* **Task prompt**
Count the lines below that contain the word "BuildSketch" and give only that number.

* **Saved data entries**

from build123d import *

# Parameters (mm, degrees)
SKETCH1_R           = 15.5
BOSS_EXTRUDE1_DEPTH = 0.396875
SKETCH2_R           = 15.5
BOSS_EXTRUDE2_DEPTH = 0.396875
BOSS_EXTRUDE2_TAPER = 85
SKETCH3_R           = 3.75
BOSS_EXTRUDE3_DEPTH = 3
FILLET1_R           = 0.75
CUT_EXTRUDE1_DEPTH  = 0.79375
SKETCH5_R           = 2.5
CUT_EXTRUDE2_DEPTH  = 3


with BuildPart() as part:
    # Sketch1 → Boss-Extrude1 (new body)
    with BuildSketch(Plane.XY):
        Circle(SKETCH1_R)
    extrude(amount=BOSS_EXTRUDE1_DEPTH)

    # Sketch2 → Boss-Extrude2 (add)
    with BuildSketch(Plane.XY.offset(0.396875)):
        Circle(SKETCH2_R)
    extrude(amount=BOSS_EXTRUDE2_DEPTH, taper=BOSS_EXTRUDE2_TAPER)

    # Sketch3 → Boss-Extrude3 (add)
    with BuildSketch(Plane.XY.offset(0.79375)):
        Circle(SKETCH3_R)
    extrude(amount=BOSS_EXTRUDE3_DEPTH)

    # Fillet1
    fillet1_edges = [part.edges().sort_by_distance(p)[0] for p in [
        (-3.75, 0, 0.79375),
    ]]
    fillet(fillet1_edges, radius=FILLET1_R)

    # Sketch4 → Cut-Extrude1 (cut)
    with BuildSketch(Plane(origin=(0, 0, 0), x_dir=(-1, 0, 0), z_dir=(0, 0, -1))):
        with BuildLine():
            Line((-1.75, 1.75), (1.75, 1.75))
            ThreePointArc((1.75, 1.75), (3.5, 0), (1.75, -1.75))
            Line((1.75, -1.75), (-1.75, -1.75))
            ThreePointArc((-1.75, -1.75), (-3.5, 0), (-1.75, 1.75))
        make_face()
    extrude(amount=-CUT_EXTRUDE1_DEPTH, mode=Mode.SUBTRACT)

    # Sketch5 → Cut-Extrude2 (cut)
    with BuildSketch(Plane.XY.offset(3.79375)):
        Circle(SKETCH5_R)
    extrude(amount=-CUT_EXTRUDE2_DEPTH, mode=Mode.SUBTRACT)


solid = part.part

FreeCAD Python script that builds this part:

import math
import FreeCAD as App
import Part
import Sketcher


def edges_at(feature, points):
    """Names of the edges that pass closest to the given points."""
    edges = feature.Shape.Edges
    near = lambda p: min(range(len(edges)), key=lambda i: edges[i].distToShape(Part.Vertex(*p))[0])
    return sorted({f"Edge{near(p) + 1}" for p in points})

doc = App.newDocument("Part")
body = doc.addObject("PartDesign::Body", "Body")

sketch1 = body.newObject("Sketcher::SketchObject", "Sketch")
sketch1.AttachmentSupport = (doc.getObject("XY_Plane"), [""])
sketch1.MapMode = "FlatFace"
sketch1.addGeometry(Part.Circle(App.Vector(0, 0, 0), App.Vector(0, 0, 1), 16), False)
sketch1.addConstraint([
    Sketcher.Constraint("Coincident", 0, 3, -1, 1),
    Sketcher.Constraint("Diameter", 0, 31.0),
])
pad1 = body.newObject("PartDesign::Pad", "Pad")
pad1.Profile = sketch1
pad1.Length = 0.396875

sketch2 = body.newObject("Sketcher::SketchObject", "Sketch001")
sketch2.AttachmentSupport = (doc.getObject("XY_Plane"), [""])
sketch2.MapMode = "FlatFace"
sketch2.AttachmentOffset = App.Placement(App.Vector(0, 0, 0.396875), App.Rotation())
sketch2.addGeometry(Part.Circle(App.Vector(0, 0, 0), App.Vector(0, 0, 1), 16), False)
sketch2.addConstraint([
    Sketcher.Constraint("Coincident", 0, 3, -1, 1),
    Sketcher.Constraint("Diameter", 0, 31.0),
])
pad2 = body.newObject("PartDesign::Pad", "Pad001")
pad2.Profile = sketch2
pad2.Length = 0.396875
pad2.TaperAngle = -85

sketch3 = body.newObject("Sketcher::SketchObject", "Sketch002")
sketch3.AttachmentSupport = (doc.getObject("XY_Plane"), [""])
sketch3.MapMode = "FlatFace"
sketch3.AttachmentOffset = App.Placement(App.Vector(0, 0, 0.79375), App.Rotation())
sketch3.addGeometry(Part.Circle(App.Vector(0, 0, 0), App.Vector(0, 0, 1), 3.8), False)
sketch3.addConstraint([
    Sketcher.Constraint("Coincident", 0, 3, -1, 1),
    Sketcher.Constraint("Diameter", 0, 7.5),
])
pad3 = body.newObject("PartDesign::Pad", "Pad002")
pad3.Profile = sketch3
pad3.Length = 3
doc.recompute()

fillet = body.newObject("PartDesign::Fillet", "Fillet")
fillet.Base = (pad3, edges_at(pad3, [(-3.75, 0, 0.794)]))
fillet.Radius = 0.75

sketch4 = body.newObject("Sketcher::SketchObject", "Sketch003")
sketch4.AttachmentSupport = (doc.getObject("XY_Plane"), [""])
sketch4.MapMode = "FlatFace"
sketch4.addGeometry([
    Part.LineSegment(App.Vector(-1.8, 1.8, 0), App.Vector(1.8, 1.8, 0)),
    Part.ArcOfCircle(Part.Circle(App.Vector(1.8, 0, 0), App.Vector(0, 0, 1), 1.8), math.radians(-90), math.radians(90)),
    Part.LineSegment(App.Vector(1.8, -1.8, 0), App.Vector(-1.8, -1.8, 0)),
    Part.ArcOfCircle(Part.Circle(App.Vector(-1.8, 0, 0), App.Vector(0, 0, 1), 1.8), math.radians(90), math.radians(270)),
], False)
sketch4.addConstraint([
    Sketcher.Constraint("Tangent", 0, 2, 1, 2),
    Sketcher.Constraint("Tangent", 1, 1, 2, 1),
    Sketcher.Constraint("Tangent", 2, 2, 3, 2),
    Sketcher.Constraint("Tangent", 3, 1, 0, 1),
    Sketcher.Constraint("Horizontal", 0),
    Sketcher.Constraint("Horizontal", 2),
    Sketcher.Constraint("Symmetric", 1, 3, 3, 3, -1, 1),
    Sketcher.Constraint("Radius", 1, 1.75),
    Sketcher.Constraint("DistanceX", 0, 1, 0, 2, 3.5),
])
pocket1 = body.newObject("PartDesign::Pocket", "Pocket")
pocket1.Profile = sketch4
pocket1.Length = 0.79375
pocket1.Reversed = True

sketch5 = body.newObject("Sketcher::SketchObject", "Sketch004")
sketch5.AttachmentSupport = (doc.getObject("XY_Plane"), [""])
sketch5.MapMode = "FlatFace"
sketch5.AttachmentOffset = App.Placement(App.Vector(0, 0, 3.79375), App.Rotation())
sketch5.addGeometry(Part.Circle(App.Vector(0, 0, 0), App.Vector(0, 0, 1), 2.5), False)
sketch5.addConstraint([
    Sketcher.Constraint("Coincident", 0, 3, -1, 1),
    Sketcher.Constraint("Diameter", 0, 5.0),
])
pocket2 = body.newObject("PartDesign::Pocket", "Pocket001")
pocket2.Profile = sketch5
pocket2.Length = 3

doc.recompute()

* **Reply to the exercise**
5